So, in a little bit, I am going to sit down and write my very last story for this story-a-day-in-2012 project. On the one hand, I can’t believe I actually did it (or will have done it as of later this evening). On the other hand, I can believe it–it’s not like I climbed Mt. Everest or won a hot dog-eating contest or something amazing like that.

ANYway, my point is that I just wanted to remind those of you who have faithfully read these entries throughout the year that, as I have been posting the stories on a week delay, there will continue to be a new story posted daily on this ol’ blog through next Monday, Jan 7th, 2013, so there’s (a bit) more to come. And at that time, I’ll attach a proper thank you to all of you, but for now I just wanted to say: Thanks again for reading, and HAPPY BOOBS (sorry) NEW YEAR!


Warp Speed

Brandy and the salesman were cruising down the road when she noticed a button on the dashboard.

“Whoa–is that for real?”

“Yeah–go ahead and push it.”

She pushed the button, and the minivan lurched forward and started going about ten miles per hour faster than it had been going.

The salesman noticed that Brandy seemed unimpressed and decided to try to change her mind.

“So, whattaya think of that? Pretty cool, huh?”

“Honestly? No, not really. Seems like kinda false advertising. They should name that button what it is: “Go Kinda Faster” or something. But it’s definitely not “Warp Speed”.”

“No, it’s not, you’re right. Take a closer look at the button.”

She did. “Oh. OK…”Warped Speed”. Um, so…what does that mean?”

“When you press the Warped Speed button, the vehicle automatically either increases or decreases acceleration–depending on how fast you’re going when the button is pressed–so that the van’s speed exactly matches the average speed of the buses used to transport acts around the country that were involved in the Vans Warped Tour from the years 1997 to 2004.”

“Uh, wha–why would anyone want that?
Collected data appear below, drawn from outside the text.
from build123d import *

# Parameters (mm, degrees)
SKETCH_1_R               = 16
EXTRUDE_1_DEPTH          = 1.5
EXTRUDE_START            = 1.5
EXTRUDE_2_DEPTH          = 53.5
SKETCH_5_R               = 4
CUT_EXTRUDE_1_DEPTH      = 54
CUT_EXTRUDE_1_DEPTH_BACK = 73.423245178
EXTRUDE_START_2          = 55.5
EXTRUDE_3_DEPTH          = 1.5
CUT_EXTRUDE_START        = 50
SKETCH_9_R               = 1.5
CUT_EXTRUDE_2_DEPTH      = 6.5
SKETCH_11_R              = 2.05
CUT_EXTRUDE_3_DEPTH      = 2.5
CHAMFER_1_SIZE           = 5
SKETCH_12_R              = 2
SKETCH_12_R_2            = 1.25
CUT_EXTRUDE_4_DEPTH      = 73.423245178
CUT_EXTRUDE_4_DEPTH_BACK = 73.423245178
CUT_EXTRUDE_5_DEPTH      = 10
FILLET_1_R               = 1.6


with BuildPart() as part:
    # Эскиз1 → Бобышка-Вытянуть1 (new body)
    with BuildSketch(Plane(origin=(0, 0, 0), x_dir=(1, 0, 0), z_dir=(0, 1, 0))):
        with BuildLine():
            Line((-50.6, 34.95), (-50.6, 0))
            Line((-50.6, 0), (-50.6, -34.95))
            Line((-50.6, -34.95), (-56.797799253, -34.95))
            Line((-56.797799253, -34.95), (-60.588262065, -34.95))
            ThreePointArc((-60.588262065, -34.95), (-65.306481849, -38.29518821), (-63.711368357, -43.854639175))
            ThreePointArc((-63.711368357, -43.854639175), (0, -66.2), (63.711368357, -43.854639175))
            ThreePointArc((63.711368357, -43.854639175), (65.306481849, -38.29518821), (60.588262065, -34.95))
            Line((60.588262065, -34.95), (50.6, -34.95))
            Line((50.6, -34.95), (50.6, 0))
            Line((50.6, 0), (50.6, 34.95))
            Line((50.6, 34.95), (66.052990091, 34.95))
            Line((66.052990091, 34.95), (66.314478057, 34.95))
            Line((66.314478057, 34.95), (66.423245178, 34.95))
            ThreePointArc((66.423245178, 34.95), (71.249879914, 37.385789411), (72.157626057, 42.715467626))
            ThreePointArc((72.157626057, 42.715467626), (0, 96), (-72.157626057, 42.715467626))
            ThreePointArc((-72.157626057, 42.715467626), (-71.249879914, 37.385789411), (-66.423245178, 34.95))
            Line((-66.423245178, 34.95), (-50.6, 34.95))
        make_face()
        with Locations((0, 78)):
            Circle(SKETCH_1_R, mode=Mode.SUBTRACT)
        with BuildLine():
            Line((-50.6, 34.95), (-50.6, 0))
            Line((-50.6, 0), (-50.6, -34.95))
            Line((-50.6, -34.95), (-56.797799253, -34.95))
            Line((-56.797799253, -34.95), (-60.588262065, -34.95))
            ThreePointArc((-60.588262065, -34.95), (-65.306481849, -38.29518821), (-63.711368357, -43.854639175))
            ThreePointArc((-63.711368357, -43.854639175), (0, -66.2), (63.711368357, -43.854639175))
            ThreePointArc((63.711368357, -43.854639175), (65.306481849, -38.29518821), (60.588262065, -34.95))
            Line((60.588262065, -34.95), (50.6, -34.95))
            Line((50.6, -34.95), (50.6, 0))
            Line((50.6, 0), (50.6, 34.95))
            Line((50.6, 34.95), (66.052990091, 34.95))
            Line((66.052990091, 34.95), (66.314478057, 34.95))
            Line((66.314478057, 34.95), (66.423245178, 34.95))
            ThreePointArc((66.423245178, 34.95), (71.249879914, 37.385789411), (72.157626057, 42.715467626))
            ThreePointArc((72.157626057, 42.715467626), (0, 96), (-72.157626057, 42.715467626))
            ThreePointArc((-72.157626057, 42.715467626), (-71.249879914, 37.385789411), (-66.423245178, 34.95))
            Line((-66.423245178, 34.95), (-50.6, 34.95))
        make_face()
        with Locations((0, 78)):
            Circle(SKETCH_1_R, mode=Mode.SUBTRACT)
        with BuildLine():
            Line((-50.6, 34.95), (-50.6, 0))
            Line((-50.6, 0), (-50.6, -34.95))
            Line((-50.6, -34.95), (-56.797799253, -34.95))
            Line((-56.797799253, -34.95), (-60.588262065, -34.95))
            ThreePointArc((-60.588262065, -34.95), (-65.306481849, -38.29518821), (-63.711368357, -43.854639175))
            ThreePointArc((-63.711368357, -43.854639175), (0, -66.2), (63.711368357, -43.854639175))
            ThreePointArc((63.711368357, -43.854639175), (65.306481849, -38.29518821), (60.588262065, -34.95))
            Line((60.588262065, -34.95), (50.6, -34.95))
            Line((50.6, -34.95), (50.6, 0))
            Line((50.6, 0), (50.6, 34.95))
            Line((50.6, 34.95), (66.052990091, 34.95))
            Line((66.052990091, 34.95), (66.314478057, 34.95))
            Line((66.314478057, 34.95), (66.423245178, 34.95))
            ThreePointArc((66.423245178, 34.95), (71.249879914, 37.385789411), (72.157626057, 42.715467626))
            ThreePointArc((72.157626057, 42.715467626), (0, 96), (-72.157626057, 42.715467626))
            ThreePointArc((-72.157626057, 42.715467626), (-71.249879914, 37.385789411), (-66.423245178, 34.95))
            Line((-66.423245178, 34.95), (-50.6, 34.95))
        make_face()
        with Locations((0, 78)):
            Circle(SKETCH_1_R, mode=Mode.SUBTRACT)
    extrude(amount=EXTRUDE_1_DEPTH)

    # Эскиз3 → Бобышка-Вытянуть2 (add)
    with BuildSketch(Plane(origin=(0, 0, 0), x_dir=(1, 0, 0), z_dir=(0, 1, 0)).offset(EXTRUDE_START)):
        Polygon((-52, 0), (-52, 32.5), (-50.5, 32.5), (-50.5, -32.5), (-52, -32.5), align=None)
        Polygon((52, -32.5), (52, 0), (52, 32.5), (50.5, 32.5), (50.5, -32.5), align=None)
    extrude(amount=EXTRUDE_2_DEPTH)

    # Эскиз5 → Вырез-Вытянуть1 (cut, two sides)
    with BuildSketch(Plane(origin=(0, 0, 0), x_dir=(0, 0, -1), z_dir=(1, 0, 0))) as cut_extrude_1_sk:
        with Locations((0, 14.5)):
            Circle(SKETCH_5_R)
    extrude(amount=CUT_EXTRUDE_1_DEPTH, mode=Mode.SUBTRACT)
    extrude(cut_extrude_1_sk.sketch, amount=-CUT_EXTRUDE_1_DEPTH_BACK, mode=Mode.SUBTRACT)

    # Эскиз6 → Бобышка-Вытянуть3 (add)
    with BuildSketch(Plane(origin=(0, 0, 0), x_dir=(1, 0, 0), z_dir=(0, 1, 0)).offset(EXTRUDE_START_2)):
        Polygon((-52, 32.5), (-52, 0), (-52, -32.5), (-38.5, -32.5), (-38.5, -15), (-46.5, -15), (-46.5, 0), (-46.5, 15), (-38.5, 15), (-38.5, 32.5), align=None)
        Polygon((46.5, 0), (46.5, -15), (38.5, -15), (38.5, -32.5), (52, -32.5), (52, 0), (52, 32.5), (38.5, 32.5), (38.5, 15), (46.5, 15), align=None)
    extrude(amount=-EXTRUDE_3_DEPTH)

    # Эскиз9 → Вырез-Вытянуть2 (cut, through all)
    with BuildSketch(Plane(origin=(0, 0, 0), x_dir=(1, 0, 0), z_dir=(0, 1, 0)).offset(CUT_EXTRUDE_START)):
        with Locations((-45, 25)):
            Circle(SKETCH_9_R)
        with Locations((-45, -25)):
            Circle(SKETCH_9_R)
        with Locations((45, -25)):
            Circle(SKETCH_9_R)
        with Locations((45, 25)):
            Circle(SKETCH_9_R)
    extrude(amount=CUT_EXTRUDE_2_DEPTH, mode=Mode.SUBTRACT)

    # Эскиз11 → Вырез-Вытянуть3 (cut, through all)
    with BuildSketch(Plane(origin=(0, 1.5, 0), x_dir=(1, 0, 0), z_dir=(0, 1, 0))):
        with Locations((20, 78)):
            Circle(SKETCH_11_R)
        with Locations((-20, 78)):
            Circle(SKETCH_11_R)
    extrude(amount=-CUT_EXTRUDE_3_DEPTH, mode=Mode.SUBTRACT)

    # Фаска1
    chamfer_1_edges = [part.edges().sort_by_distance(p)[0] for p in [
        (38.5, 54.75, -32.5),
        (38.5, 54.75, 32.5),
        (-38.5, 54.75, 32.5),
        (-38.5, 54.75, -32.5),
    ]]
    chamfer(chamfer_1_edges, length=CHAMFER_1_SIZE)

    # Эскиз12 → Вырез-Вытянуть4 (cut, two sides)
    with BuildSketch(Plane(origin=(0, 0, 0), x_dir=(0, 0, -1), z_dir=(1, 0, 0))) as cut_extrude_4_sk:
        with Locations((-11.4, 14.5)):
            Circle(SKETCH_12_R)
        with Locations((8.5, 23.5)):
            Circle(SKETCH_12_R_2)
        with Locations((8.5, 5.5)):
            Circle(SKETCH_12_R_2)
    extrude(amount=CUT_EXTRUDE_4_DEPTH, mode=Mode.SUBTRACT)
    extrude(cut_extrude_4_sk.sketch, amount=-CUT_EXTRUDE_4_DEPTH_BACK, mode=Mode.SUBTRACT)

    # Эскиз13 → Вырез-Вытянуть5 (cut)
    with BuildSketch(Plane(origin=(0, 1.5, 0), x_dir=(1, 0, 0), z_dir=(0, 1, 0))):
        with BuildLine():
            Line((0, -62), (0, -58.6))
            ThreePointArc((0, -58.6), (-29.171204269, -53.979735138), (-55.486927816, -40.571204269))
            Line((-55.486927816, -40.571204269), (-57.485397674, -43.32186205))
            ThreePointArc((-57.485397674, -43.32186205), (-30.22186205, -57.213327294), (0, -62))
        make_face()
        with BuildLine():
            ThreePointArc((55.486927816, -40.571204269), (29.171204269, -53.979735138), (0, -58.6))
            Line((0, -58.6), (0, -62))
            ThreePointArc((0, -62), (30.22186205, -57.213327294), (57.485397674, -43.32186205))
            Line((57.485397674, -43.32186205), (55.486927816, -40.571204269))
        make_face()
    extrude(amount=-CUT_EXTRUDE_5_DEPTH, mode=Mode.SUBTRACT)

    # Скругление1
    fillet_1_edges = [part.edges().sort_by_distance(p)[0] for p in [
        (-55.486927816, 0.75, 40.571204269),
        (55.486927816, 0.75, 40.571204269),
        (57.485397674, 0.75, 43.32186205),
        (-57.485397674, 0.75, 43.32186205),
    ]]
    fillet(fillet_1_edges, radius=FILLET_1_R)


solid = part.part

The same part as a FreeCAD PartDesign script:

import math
import FreeCAD as App
import Part
import Sketcher
Q = App.Units.Quantity


def edges_at(feature, points):
    """Names of the edges that pass closest to the given points."""
    edges = feature.Shape.Edges
    near = lambda p: min(range(len(edges)), key=lambda i: edges[i].distToShape(Part.Vertex(*p))[0])
    return sorted({f"Edge{near(p) + 1}" for p in points})

doc = App.newDocument("Part")
body = doc.addObject("PartDesign::Body", "Body")

# Sketch on XZ plane
sketch1 = body.newObject("Sketcher::SketchObject", "Sketch")
sketch1.AttachmentSupport = (doc.getObject("XZ_Plane"), [""])
sketch1.MapMode = "FlatFace"
sketch1.addGeometry([
    Part.LineSegment(App.Vector(-50.6, -34.95, 0), App.Vector(-50.6, 34.95, 0)),  # 0
    Part.LineSegment(App.Vector(-50.6, 34.95, 0), App.Vector(-60.588262, 34.95, 0)),  # 1
    Part.ArcOfCircle(Part.Circle(App.Vector(-60.588262, 39.95, 0), App.Vector(0, 0, 1), 5), math.radians(128.654394), math.radians(270)),  # 2
    Part.ArcOfCircle(Part.Circle(App.Vector(0, -35.8, 0), App.Vector(0, 0, 1), 102), math.radians(51.345606), math.radians(128.654394)),  # 3
    Part.ArcOfCircle(Part.Circle(App.Vector(60.588262, 39.95, 0), App.Vector(0, 0, 1), 5), math.radians(-90), math.radians(51.345606)),  # 4
    Part.LineSegment(App.Vector(60.588262, 34.95, 0), App.Vector(50.6, 34.95, 0)),  # 5
    Part.LineSegment(App.Vector(50.6, 34.95, 0), App.Vector(50.6, -34.95, 0)),  # 6
    Part.LineSegment(App.Vector(50.6, -34.95, 0), App.Vector(66.423245, -34.95, 0)),  # 7
    Part.ArcOfCircle(Part.Circle(App.Vector(66.423245, -40.95, 0), App.Vector(0, 0, 1), 6), math.radians(-17.112246), math.radians(90)),  # 8
    Part.ArcOfCircle(Part.Circle(App.Vector(0, -20.5, 0), App.Vector(0, 0, 1), 75.5), math.radians(-162.887754), math.radians(-17.112246)),  # 9
    Part.ArcOfCircle(Part.Circle(App.Vector(-66.423245, -40.95, 0), App.Vector(0, 0, 1), 6), math.radians(90), math.radians(197.112246)),  # 10
    Part.LineSegment(App.Vector(-66.423245, -34.95, 0), App.Vector(-50.6, -34.95, 0)),  # 11
    Part.Circle(App.Vector(0, -78, 0), App.Vector(0, 0, 1), 16),  # 12
], False)
sketch1.addConstraint([
    Sketcher.Constraint("Coincident", 0, 2, 1, 1),
    Sketcher.Constraint("Tangent", 1, 2, 2, 2),
    Sketcher.Constraint("Tangent", 2, 1, 3, 2),
    Sketcher.Constraint("Tangent", 3, 1, 4, 2),
    Sketcher.Constraint("Tangent", 4, 1, 5, 1),
    Sketcher.Constraint("Coincident", 5, 2, 6, 1),
    Sketcher.Constraint("Coincident", 6, 2, 7, 1),
    Sketcher.Constraint("Tangent", 7, 2, 8, 2),
    Sketcher.Constraint("Tangent", 8, 1, 9, 2),
    Sketcher.Constraint("Tangent", 9, 1, 10, 2),
    Sketcher.Constraint("Tangent", 10, 1, 11, 1),
    Sketcher.Constraint("Coincident", 11, 2, 0, 1),
    Sketcher.Constraint("Vertical", 0),
    Sketcher.Constraint("Horizontal", 1),
    Sketcher.Constraint("Horizontal", 5),
    Sketcher.Constraint("Vertical", 6),
    Sketcher.Constraint("Horizontal", 7),
    Sketcher.Constraint("Horizontal", 11),
    Sketcher.Constraint("Equal", 2, 4),
    Sketcher.Constraint("Equal", 8, 10),
    Sketcher.Constraint("Symmetric", 0, 2, 6, 2, -1, 1),
    Sketcher.Constraint("Symmetric", 2, 3, 4, 3, -2),
    Sketcher.Constraint("Symmetric", 8, 3, 10, 3, -2),
    Sketcher.Constraint("PointOnObject", 12, 3, -2),
    Sketcher.Constraint("Diameter", 12, Q("32 mm")),
    Sketcher.Constraint("Radius", 2, Q("5 mm")),
    Sketcher.Constraint("Radius", 3, Q("102 mm")),
    Sketcher.Constraint("Radius", 8, Q("6 mm")),
    Sketcher.Constraint("Radius", 9, Q("75.5 mm")),
    Sketcher.Constraint("DistanceY", 0, 1, 0, 2, Q("69.9 mm")),
    Sketcher.Constraint("DistanceY", 12, 3, -1, 1, Q("78 mm")),
    Sketcher.Constraint("DistanceY", 3, 3, -1, 1, Q("35.8 mm")),
    Sketcher.Constraint("DistanceY", 9, 3, -1, 1, Q("20.5 mm")),
    Sketcher.Constraint("DistanceX", 0, 2, -1, 1, Q("50.6 mm")),
])
pad1 = body.newObject("PartDesign::Pad", "Pad")
pad1.Profile = sketch1
pad1.Length = 1.5
pad1.Reversed = True

# Sketch on XZ plane
sketch2 = body.newObject("Sketcher::SketchObject", "Sketch001")
sketch2.AttachmentSupport = (doc.getObject("XZ_Plane"), [""])
sketch2.MapMode = "FlatFace"
sketch2.AttachmentOffset = App.Placement(App.Vector(0, 0, -1.5), App.Rotation())
sketch2.addGeometry([
    Part.LineSegment(App.Vector(-52, -32.5, 0), App.Vector(-52, 32.5, 0)),  # 0
    Part.LineSegment(App.Vector(-52, 32.5, 0), App.Vector(-50.5, 32.5, 0)),  # 1
    Part.LineSegment(App.Vector(-50.5, 32.5, 0), App.Vector(-50.5, -32.5, 0)),  # 2
    Part.LineSegment(App.Vector(-50.5, -32.5, 0), App.Vector(-52, -32.5, 0)),  # 3
    Part.LineSegment(App.Vector(52, 32.5, 0), App.Vector(52, -32.5, 0)),  # 4
    Part.LineSegment(App.Vector(52, -32.5, 0), App.Vector(50.5, -32.5, 0)),  # 5
    Part.LineSegment(App.Vector(50.5, -32.5, 0), App.Vector(50.5, 32.5, 0)),  # 6
    Part.LineSegment(App.Vector(50.5, 32.5, 0), App.Vector(52, 32.5, 0)),  # 7
], False)
sketch2.addConstraint([
    Sketcher.Constraint("Coincident", 0, 2, 1, 1),
    Sketcher.Constraint("Coincident", 1, 2, 2, 1),
    Sketcher.Constraint("Coincident", 2, 2, 3, 1),
    Sketcher.Constraint("Coincident", 3, 2, 0, 1),
    Sketcher.Constraint("Coincident", 4, 2, 5, 1),
    Sketcher.Constraint("Coincident", 5, 2, 6, 1),
    Sketcher.Constraint("Coincident", 6, 2, 7, 1),
    Sketcher.Constraint("Coincident", 7, 2, 4, 1),
    Sketcher.Constraint("Vertical", 0),
    Sketcher.Constraint("Horizontal", 1),
    Sketcher.Constraint("Vertical", 2),
    Sketcher.Constraint("Horizontal", 3),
It seems pointless.”

“I don’t know. Why do people want climate control in their cars? Does it really make a difference if the interior temperature is seventy-one degrees as opposed to seventy-two? It’s just an extra thing you can get–I don’t know what to tell you other than that.”

“OK, then…so, do you have any sedans with a Lilith Fair Speed button?”

“Um, no…but–”

“I was just kidding. But seriously, what else ya got?”
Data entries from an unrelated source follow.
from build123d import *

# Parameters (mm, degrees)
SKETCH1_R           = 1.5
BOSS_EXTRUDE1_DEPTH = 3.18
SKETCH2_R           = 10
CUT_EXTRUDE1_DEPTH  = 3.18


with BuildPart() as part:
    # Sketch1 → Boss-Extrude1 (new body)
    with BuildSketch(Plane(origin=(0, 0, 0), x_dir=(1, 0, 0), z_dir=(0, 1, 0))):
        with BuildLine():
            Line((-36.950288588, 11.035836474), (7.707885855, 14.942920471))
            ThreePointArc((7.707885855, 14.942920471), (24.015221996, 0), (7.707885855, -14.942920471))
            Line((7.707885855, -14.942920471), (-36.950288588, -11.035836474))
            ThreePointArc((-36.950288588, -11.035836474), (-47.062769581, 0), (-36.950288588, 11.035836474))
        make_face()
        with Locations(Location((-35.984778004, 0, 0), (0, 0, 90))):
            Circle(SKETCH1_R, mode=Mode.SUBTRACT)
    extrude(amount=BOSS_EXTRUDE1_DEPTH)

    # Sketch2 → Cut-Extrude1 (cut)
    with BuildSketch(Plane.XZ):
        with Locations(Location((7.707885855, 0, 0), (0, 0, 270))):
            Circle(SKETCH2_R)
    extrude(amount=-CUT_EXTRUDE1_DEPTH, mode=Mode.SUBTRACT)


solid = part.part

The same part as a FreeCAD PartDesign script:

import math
import FreeCAD as App
import Part
import Sketcher
from FreeCAD import Vector
Q = App.Units.Quantity

doc = App.newDocument("Part")
params = doc.addObject("Spreadsheet::Sheet", "Params")
for row, (alias, value) in enumerate([
    ("sketch1_diameter", "3 mm"),
    ("sketch1_radius", "15 mm"),
    ("pad1_length", "3.18 mm"),
    ("sketch2_diameter", "20 mm"),
    ("pocket1_length", "3.18 mm"),
], start=1):
    params.set(f"A{row}", alias)
    params.set(f"B{row}", "=" + value)
    params.setAlias(f"B{row}", alias)

body = doc.addObject("PartDesign::Body", "Body")

# Sketch on XZ plane
sketch1 = body.newObject("Sketcher::SketchObject", "Sketch")
sketch1.AttachmentSupport = (doc.getObject("XZ_Plane"), [""])
sketch1.MapMode = "FlatFace"
sketch1.addGeometry(Part.LineSegment(Vector(7.7, -14.9, 0), Vector(-37, -11, 0)), False)
sketch1.addGeometry(Part.ArcOfCircle(Part.Circle(Vector(-36, 0, 0), Vector(0, 0, 1), 11.1), math.radians(95), math.radians(265)), False)
sketch1.addGeometry(Part.LineSegment(Vector(-37, 11, 0), Vector(7.7, 14.9, 0)), False)
sketch1.addGeometry(Part.ArcOfCircle(Part.Circle(Vector(9, 0, 0), Vector(0, 0, 1), 15), math.radians(-95), math.radians(95)), False)
sketch1.addGeometry(Part.Circle(Vector(-36, 0, 0), Vector(0, 0, 1), 1.5), False)
sketch1.addConstraint(Sketcher.Constraint("Tangent", 0, 2, 1, 2))
sketch1.addConstraint(Sketcher.Constraint("Tangent", 1, 1, 2, 1))
sketch1.addConstraint(Sketcher.Constraint("Tangent", 2, 2, 3, 2))
sketch1.addConstraint(Sketcher.Constraint("Tangent", 3, 1, 0, 1))
sketch1.addConstraint(Sketcher.Constraint("Coincident", 4, 3, 1, 3))
sketch1.addConstraint(Sketcher.Constraint("Symmetric", 0, 2, 1, 1, -1))
sketch1.addConstraint(Sketcher.Constraint("Diameter", 4, Q("3 mm")))
sketch1.addConstraint(Sketcher.Constraint("Radius", 3, Q("15 mm")))
sketch1.addConstraint(Sketcher.Constraint("Angle", 0, Q("175 deg")))
sketch1.addConstraint(Sketcher.Constraint("DistanceX", 1, 3, 3, 3, Q("45 mm")))
sketch1.addConstraint(Sketcher.Constraint("DistanceX", 1, 3, -1, 1, Q("35.984778 mm")))
sketch1.setExpression("Constraints[6]", "Params.sketch1_diameter")
sketch1.setExpression("Constraints[7]", "Params.sketch1_radius")
pad1 = body.newObject("PartDesign::Pad", "Pad")
pad1.Profile = sketch1
pad1.setExpression("Length", "Params.pad1_length")
pad1.Reversed = True

# Sketch on XZ plane
sketch2 = body.newObject("Sketcher::SketchObject", "Sketch001")
sketch2.AttachmentSupport = (doc.getObject("XZ_Plane"), [""])
sketch2.MapMode = "FlatFace"
sketch2.addGeometry(Part.Circle(Vector(8, 0, 0), Vector(0, 0, 1), 10), False)
sketch2.addConstraint(Sketcher.Constraint("PointOnObject", 0, 3, -1))
sketch2.addConstraint(Sketcher.Constraint("Diameter", 0, Q("20 mm")))
sketch2.addConstraint(Sketcher.Constraint("DistanceX", -1, 1, 0, 3, Q("7.707886 mm")))
sketch2.setExpression("Constraints[1]", "Params.sketch2_diameter")
pocket1 = body.newObject("PartDesign::Pocket", "Pocket")
pocket1.Profile = sketch2
pocket1.setExpression("Length", "Params.pocket1_length")

doc.recompute()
“Well, we can head back to the lot and look some more if you’d like.”

They headed back, and by the end of the day, Brandy had made a purchase: A Certified Pre-Owned Chevy Celebrity equipped with a Monsters Of Rock Speed button.

She was very happy with her choice; that baby could move. Especially for a station wagon.

The Big Book Of Burns

Gerald decided he was going to write a book, and at first, things went swimmingly: He thought of the idea for the book (a compendium of “burns” for every occasion) and its title (The Big Book Of Burns) pretty much right away.
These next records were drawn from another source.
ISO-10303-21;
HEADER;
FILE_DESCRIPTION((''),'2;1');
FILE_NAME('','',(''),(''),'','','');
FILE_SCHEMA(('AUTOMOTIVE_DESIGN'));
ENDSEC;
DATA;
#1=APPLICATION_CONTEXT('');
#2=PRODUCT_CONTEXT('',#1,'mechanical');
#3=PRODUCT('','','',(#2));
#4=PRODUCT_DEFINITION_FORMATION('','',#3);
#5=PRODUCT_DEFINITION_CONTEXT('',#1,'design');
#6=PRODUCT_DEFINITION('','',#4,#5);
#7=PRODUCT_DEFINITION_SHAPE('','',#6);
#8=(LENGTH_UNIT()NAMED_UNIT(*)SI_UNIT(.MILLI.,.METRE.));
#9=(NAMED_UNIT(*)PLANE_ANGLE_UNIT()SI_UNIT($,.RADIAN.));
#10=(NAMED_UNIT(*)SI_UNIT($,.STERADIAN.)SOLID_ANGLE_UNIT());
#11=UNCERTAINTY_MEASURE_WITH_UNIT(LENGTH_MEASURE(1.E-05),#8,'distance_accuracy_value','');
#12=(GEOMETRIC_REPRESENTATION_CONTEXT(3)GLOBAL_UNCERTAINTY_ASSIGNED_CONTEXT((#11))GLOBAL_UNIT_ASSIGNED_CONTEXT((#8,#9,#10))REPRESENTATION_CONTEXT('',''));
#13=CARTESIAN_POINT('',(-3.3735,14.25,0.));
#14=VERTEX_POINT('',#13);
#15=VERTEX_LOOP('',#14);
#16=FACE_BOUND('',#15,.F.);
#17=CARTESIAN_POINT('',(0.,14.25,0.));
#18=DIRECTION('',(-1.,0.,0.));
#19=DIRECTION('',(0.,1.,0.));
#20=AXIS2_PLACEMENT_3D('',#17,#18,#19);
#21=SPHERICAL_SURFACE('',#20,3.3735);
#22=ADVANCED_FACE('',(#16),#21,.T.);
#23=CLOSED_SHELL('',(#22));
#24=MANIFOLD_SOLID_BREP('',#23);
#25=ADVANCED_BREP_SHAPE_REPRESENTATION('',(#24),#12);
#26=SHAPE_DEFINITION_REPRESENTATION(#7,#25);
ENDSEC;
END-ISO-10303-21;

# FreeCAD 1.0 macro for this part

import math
import FreeCAD as App
import Part
import Sketcher
Q = App.Units.Quantity

doc = App.newDocument("Part")
params = doc.addObject("Spreadsheet::Sheet", "Params")
for row, (alias, value) in enumerate([
    ("sketch1_width", "0.2656299 in"),
    ("revolution_angle", "360 deg"),
], start=1):
    params.set(f"A{row}", alias)
    params.set(f"B{row}", "=" + value)
    params.setAlias(f"B{row}", alias)

body = doc.addObject("PartDesign::Body", "Body")

# Sketch on XY plane
sketch1 = body.newObject("Sketcher::SketchObject", "Sketch")
sketch1.AttachmentSupport = (doc.getObject("XY_Plane"), [""])
sketch1.MapMode = "FlatFace"
sketch1.addGeometry([
    Part.LineSegment(App.Vector(-3.3735, 14.25, 0), App.Vector(3.3735, 14.25, 0)),
    Part.ArcOfCircle(Part.Circle(App.Vector(0, 14.25, 0), App.Vector(0, 0, 1), 3.3735), math.radians(0), math.radians(180)),
], False)
sketch1.addGeometry(Part.LineSegment(App.Vector(-3.3735, 14.25, 0), App.Vector(3.3735, 14.25, 0)), True)  # axis
sketch1.addConstraint([
    Sketcher.Constraint("Coincident", 0, 1, 1, 2),
    Sketcher.Constraint("Coincident", 1, 1, 0, 2),
    Sketcher.Constraint("Horizontal", 0),
    Sketcher.Constraint("Horizontal", 2),
    Sketcher.Constraint("Coincident", 2, 1, 0, 1),
    Sketcher.Constraint("PointOnObject", 1, 3, -2),
    Sketcher.Constraint("Horizontal", 1, 3, 0, 1),
    Sketcher.Constraint("Equal", 0, 2),
    Sketcher.Constraint("DistanceX", 0, 1, 0, 2, Q("0.2656299 in")),
    Sketcher.Constraint("DistanceY", -1, 1, 1, 3, Q("14.25 mm")),
])
sketch1.setExpression("Constraints[8]", "Params.sketch1_width")
revolution = body.newObject("PartDesign::Revolution", "Revolution")
revolution.Profile = sketch1
revolution.ReferenceAxis = (sketch1, ["Axis0"])
revolution.setExpression("Angle", "Params.revolution_angle")

doc.recompute()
But when he began writing the actual content of the book, he quickly hit a wall. After a month, he had only come up with two “burns”, and even those had serious problems as far as practical use or even basic logic were concerned:

1) “Asbestos? More like asWORSTos!”
Not bad if the insult is being directed towards asbestos itself, but why would you be “burning” an inanimate object? You could say it to someone suffering from asbestos exposure-induced mesothelioma, but then it’s not a burn but rather an expression of empathy towards the ill by way of stating a dislike for the thing that caused their illness. It could possibly be a “burn” directed towards a defense attorney representing a company that had allegedly played a part in causing someone’s mesothelioma by exposing the plaintiff to the asbestos, but this use seemed a little niche-y.

2) Call of Duty? More like PLOP OF DOODY!”
Gerald didn’t know much about video games, but he had nieces and nephews who were into them and he was fairly certain those Call Of Duty games were actually pretty popular.

Gerald took one more look at his notebook, then decided to file it away indefinitely.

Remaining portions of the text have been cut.